In the question, which factors should be taken into consideration as predictors of the success of an embolization, the answer is the tumor’s vascular properties before and after embolization (the tumor’s vascularity, the completeness of the occlusion, and the availability of collateral circulation) along with the use of the appropriate embolic agent [25, 27, 28]. Therefore, selective and superselective embolization of the pathological tumor feeding vessels may provide for successful embolization.

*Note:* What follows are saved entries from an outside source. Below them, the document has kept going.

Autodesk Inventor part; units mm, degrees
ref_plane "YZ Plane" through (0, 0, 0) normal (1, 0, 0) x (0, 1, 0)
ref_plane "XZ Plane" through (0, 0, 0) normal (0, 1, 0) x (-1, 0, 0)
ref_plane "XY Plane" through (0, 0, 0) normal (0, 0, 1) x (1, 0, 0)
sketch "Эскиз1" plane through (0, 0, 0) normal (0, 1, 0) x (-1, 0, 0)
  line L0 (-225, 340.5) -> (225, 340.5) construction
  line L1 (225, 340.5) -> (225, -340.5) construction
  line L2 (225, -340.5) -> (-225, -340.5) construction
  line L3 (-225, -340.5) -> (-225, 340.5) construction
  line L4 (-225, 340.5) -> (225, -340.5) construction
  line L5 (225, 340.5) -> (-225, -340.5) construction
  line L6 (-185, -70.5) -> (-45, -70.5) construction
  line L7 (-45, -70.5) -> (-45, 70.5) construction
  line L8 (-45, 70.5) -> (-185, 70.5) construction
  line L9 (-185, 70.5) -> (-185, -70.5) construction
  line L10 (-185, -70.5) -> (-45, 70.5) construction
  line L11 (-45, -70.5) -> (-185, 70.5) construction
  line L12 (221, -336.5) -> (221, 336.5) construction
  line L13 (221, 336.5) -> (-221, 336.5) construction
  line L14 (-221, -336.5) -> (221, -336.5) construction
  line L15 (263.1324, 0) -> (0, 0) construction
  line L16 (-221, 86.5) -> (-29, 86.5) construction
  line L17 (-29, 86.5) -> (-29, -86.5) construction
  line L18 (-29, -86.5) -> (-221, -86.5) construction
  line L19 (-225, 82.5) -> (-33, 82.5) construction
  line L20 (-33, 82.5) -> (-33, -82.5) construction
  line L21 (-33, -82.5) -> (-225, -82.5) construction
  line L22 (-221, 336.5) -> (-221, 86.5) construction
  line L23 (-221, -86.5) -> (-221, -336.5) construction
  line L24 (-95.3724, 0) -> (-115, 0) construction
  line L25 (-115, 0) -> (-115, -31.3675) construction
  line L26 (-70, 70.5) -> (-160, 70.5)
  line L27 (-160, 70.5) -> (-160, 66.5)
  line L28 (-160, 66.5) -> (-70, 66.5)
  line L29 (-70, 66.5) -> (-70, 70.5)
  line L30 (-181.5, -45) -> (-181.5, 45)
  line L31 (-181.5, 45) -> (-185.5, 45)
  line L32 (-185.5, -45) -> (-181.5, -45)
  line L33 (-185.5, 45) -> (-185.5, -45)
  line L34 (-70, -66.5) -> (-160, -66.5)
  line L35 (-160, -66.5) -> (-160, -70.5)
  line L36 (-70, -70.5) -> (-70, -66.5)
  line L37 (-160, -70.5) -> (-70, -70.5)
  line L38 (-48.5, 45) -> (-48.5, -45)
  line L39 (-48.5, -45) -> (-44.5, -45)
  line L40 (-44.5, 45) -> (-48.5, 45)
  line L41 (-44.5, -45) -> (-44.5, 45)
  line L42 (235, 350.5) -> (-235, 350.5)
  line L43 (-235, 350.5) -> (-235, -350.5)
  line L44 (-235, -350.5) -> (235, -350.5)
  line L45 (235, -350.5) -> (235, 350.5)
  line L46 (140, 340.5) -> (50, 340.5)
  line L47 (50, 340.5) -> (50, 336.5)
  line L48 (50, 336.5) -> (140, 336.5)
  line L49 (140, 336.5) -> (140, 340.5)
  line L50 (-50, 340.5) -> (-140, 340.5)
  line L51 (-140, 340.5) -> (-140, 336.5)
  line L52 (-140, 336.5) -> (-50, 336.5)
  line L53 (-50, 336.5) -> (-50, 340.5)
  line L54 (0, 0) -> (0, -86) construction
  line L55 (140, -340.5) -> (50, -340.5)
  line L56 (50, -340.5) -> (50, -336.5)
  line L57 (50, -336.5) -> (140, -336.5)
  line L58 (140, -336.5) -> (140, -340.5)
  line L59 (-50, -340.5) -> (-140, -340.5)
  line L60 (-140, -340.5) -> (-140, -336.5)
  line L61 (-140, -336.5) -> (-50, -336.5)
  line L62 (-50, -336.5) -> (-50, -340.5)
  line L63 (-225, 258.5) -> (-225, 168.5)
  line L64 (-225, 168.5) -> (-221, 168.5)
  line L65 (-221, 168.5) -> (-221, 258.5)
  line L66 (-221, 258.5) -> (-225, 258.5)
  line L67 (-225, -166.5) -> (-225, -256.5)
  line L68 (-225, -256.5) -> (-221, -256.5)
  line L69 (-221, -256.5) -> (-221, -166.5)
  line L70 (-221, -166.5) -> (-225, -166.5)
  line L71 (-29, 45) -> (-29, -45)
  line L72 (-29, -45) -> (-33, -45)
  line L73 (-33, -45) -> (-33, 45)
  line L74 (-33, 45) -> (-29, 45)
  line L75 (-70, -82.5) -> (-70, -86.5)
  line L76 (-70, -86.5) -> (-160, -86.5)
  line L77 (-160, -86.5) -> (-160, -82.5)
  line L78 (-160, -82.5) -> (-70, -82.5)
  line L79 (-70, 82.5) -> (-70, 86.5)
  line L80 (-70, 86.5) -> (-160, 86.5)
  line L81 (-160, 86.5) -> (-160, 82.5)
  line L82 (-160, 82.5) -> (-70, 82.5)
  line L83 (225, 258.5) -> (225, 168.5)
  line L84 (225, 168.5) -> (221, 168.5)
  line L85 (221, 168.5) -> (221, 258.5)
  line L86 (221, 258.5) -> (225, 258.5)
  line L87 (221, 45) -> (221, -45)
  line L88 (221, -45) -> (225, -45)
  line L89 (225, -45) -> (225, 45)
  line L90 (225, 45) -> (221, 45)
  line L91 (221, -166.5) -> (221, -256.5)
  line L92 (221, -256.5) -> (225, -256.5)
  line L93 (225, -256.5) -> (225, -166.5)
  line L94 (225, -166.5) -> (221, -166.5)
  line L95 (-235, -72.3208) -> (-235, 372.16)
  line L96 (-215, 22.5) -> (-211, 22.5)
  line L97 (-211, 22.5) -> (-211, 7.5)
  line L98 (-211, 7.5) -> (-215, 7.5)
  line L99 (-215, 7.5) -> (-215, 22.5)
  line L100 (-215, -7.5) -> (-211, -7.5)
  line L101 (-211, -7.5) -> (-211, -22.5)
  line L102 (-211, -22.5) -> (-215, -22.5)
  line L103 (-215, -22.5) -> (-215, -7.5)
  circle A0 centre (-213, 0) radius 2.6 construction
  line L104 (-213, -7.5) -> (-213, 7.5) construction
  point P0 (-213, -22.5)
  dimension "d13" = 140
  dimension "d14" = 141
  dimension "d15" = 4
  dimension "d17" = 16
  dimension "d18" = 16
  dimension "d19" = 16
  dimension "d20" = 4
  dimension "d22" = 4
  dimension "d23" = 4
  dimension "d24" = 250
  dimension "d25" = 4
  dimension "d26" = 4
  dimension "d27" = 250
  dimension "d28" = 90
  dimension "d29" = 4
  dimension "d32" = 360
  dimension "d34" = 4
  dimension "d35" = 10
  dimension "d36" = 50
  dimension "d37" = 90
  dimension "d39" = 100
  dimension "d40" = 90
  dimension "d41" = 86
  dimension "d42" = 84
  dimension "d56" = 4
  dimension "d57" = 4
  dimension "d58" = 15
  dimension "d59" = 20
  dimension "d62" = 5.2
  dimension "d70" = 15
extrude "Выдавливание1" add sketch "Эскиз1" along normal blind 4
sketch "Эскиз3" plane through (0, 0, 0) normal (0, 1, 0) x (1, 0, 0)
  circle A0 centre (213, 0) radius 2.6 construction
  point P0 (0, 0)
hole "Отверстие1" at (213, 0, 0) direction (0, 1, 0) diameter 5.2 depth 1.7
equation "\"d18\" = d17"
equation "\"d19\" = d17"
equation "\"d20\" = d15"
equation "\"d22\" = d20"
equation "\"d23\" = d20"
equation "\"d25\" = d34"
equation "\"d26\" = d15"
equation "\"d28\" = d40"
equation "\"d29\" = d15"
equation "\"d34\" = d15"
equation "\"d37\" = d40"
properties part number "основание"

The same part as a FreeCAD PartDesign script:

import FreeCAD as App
import Part
import Sketcher
from FreeCAD import Vector
Q = App.Units.Quantity

doc = App.newDocument("Part")
body = doc.addObject("PartDesign::Body", "Body")

# Sketch on XZ plane
sketch1 = body.newObject("Sketcher::SketchObject", "Sketch")
sketch1.AttachmentSupport = (doc.getObject("XZ_Plane"), [""])
sketch1.MapMode = "FlatFace"
sketch1.addGeometry([
    Part.LineSegment(Vector(-235, -350.5, 0), Vector(-235, 350.5, 0)),  # 0
    Part.LineSegment(Vector(-235, 350.5, 0), Vector(235, 350.5, 0)),  # 1
    Part.LineSegment(Vector(235, 350.5, 0), Vector(235, -350.5, 0)),  # 2
    Part.LineSegment(Vector(235, -350.5, 0), Vector(-235, -350.5, 0)),  # 3
    Part.LineSegment(Vector(225, -256.5, 0), Vector(225, -166.5, 0)),  # 4
    Part.LineSegment(Vector(225, -166.5, 0), Vector(221, -166.5, 0)),  # 5
    Part.LineSegment(Vector(221, -166.5, 0), Vector(221, -256.5, 0)),  # 6
    Part.LineSegment(Vector(221, -256.5, 0), Vector(225, -256.5, 0)),  # 7
    Part.LineSegment(Vector(50, -336.5, 0), Vector(50, -340.5, 0)),  # 8
    Part.LineSegment(Vector(50, -340.5, 0), Vector(140, -340.5, 0)),  # 9
    Part.LineSegment(Vector(140, -340.5, 0), Vector(140, -336.5, 0)),  # 10
    Part.LineSegment(Vector(140, -336.5, 0), Vector(50, -336.5, 0)),  # 11
    Part.LineSegment(Vector(215, -22.5, 0), Vector(215, -7.5, 0)),  # 12
    Part.LineSegment(Vector(215, -7.5, 0), Vector(211, -7.5, 0)),  # 13
    Part.LineSegment(Vector(211, -7.5, 0), Vector(211, -22.5, 0)),  # 14
    Part.LineSegment(Vector(211, -22.5, 0), Vector(215, -22.5, 0)),  # 15
    Part.LineSegment(Vector(160, -82.5, 0), Vector(70, -82.5, 0)),  # 16
    Part.LineSegment(Vector(70, -82.5, 0), Vector(70, -86.5, 0)),  # 17
    Part.LineSegment(Vector(70, -86.5, 0), Vector(160, -86.5, 0)),  # 18
    Part.LineSegment(Vector(160, -86.5, 0), Vector(160, -82.5, 0)),  # 19
    Part.LineSegment(Vector(160, -66.5, 0), Vector(70, -66.5, 0)),  # 20
    Part.LineSegment(Vector(70, -66.5, 0), Vector(70, -70.5, 0)),  # 21
    Part.LineSegment(Vector(70, -70.5, 0), Vector(160, -70.5, 0)),  # 22
    Part.LineSegment(Vector(160, -70.5, 0), Vector(160, -66.5, 0)),  # 23
    Part.LineSegment(Vector(-140, -336.5, 0), Vector(-140, -340.5, 0)),  # 24
    Part.LineSegment(Vector(-140, -340.5, 0), Vector(-50, -340.5, 0)),  # 25
    Part.LineSegment(Vector(-50, -340.5, 0), Vector(-50, -336.5, 0)),  # 26
    Part.LineSegment(Vector(-50, -336.5, 0), Vector(-140, -336.5, 0)),  # 27
    Part.LineSegment(Vector(-221, -256.5, 0), Vector(-221, -166.5, 0)),  # 28
    Part.LineSegment(Vector(-221, -166.5, 0), Vector(-225, -166.5, 0)),  # 29
    Part.LineSegment(Vector(-225, -166.5, 0), Vector(-225, -256.5, 0)),  # 30
    Part.LineSegment(Vector(-225, -256.5, 0), Vector(-221, -256.5, 0)),  # 31
    Part.LineSegment(Vector(215, 7.5, 0), Vector(215, 22.5, 0)),  # 32
    Part.LineSegment(Vector(215, 22.5, 0), Vector(211, 22.5, 0)),  # 33
    Part.LineSegment(Vector(211, 22.5, 0), Vector(211, 7.5, 0)),  # 34
    Part.LineSegment(Vector(211, 7.5, 0), Vector(215, 7.5, 0)),  # 35
    Part.LineSegment(Vector(181.5, 45, 0), Vector(181.5, -45, 0)),  # 36
    Part.LineSegment(Vector(181.5, -45, 0), Vector(185.5, -45, 0)),  # 37
    Part.LineSegment(Vector(185.5, -45, 0), Vector(185.5, 45, 0)),  # 38
    Part.LineSegment(Vector(185.5, 45, 0), Vector(181.5, 45, 0)),  # 39
    Part.LineSegment(Vector(160, 70.5, 0), Vector(70, 70.5, 0)),  # 40
    Part.LineSegment(Vector(70, 70.5, 0), Vector(70, 66.5, 0)),  # 41
    Part.LineSegment(Vector(70, 66.5, 0), Vector(160, 66.5, 0)),  # 42
    Part.LineSegment(Vector(160, 66.5, 0), Vector(160, 70.5, 0)),  # 43
    Part.LineSegment(Vector(70, 86.5, 0), Vector(70, 82.5, 0)),  # 44
    Part.LineSegment(Vector(70, 82.5, 0), Vector(160, 82.5, 0)),  # 45
    Part.LineSegment(Vector(160, 82.5, 0), Vector(160, 86.5, 0)),  # 46
    Part.LineSegment(Vector(160, 86.5, 0), Vector(70, 86.5, 0)),  # 47
    Part.LineSegment(Vector(48.5, -45, 0), Vector(48.5, 45, 0)),  # 48
    Part.LineSegment(Vector(48.5, 45, 0), Vector(44.5, 45, 0)),  # 49
    Part.LineSegment(Vector(44.5, 45, 0), Vector(44.5, -45, 0)),  # 50
    Part.LineSegment(Vector(44.5, -45, 0), Vector(48.5, -45, 0)),  # 51
    Part.LineSegment(Vector(33, 45, 0), Vector(29, 45, 0)),  # 52
    Part.LineSegment(Vector(29, 45, 0), Vector(29, -45, 0)),  # 53
    Part.LineSegment(Vector(29, -45, 0), Vector(33, -45, 0)),  # 54
    Part.LineSegment(Vector(33, -45, 0), Vector(33, 45, 0)),  # 55
    Part.LineSegment(Vector(225, 168.5, 0), Vector(225, 258.5, 0)),  # 56
    Part.LineSegment(Vector(225, 258.5, 0), Vector(221, 258.5, 0)),  # 57
    Part.LineSegment(Vector(221, 258.5, 0), Vector(221, 168.5, 0)),  # 58
    Part.LineSegment(Vector(221, 168.5, 0), Vector(225, 168.5, 0)),  # 59
    Part.LineSegment(Vector(140, 340.5, 0), Vector(50, 340.5, 0)),  # 60
    Part.LineSegment(Vector(50, 340.5, 0), Vector(50, 336.5, 0)),  # 61
    Part.LineSegment(Vector(50, 336.5, 0), Vector(140, 336.5, 0)),  # 62
    Part.LineSegment(Vector(140, 336.5, 0), Vector(140, 340.5, 0)),  # 63
    Part.LineSegment(Vector(-221, -45, 0), Vector(-221, 45, 0)),  # 64
    Part.LineSegment(Vector(-221, 45, 0), Vector(-225, 45, 0)),  # 65
    Part.LineSegment(Vector(-225, 45, 0), Vector(-225, -45, 0)),  # 66
    Part.LineSegment(Vector(-225, -45, 0), Vector(-221, -45, 0)),  # 67
    Part.LineSegment(Vector(-50, 340.5, 0), Vector(-140, 340.5, 0)),  # 68
    Part.LineSegment(Vector(-140, 340.5, 0), Vector(-140, 336.5, 0)),  # 69
    Part.LineSegment(Vector(-140, 336.5, 0), Vector(-50, 336.5, 0)),  # 70
    Part.LineSegment(Vector(-50, 336.5, 0), Vector(-50, 340.5, 0)),  # 71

Pain relief after embolization may be temporary; however, it occurs rapidly. Indeed, the pain-free period may averagely last 8–9 months; however the patients are relieved immediately, as soon as 12 h up to several days after the embolization procedure, usually within the first week from the procedure; this rapid response, of course, outmatches other methods, such as radiotherapy and chemotherapy [14, 25, 28, 29]. Tumors’ size should not be considered when planning an embolization procedure, since it does not seem to affect the outcomes [25]. Therefore, embolization can be proved superior to thermal ablation and cryoablation as well, because sacral tumors are usually large, and ablations should be performed only in painful lesions of <3 cm of maximum diameter. Sacral tumors are also very close to neurovascular bundles; therefore, they cannot be adequately ablated, due to the risk of injuring those fine tissues [28].
25.6 Complications
Common embolization-related complications in most patients include nausea, emesis, low-grade fever, and pain, which usually last 3–7 days; this is known as post-embolization syndrome that has been reported in 18–86% of cases [14, 15]. The rates of major post-embolization complications are low ranging from 1 to 2%, or less [14, 29]. Ischemic neuropathy can result in motor and sensory deficits in the pelvis and lower extremities, and it is a potential complication of any pelvic embolization. During pelvic embolizations through the iliac artery and its major branches, ischemic neuropathies of the sciatic and femoral nerves may occur if neural vessels were occluded. To prevent these complications, the posterior branch of the internal iliac artery and the inferior gluteal artery must be spared at embolization. Complications related to the embolic agents have also been reported. Additionally, the neuraxis or the sacral plexus of nerves can be injured. Therefore, care must be taken to identify and avoid embolization of the neurovascular anatomy. Rectal ischemia can result from superior hemorrhoidal artery embolization. Any embolization of sacral tumors may result in injury to nontargeted tissue including muscle infarction, injury to the skin, or injury to the colon or other organs [14, 15].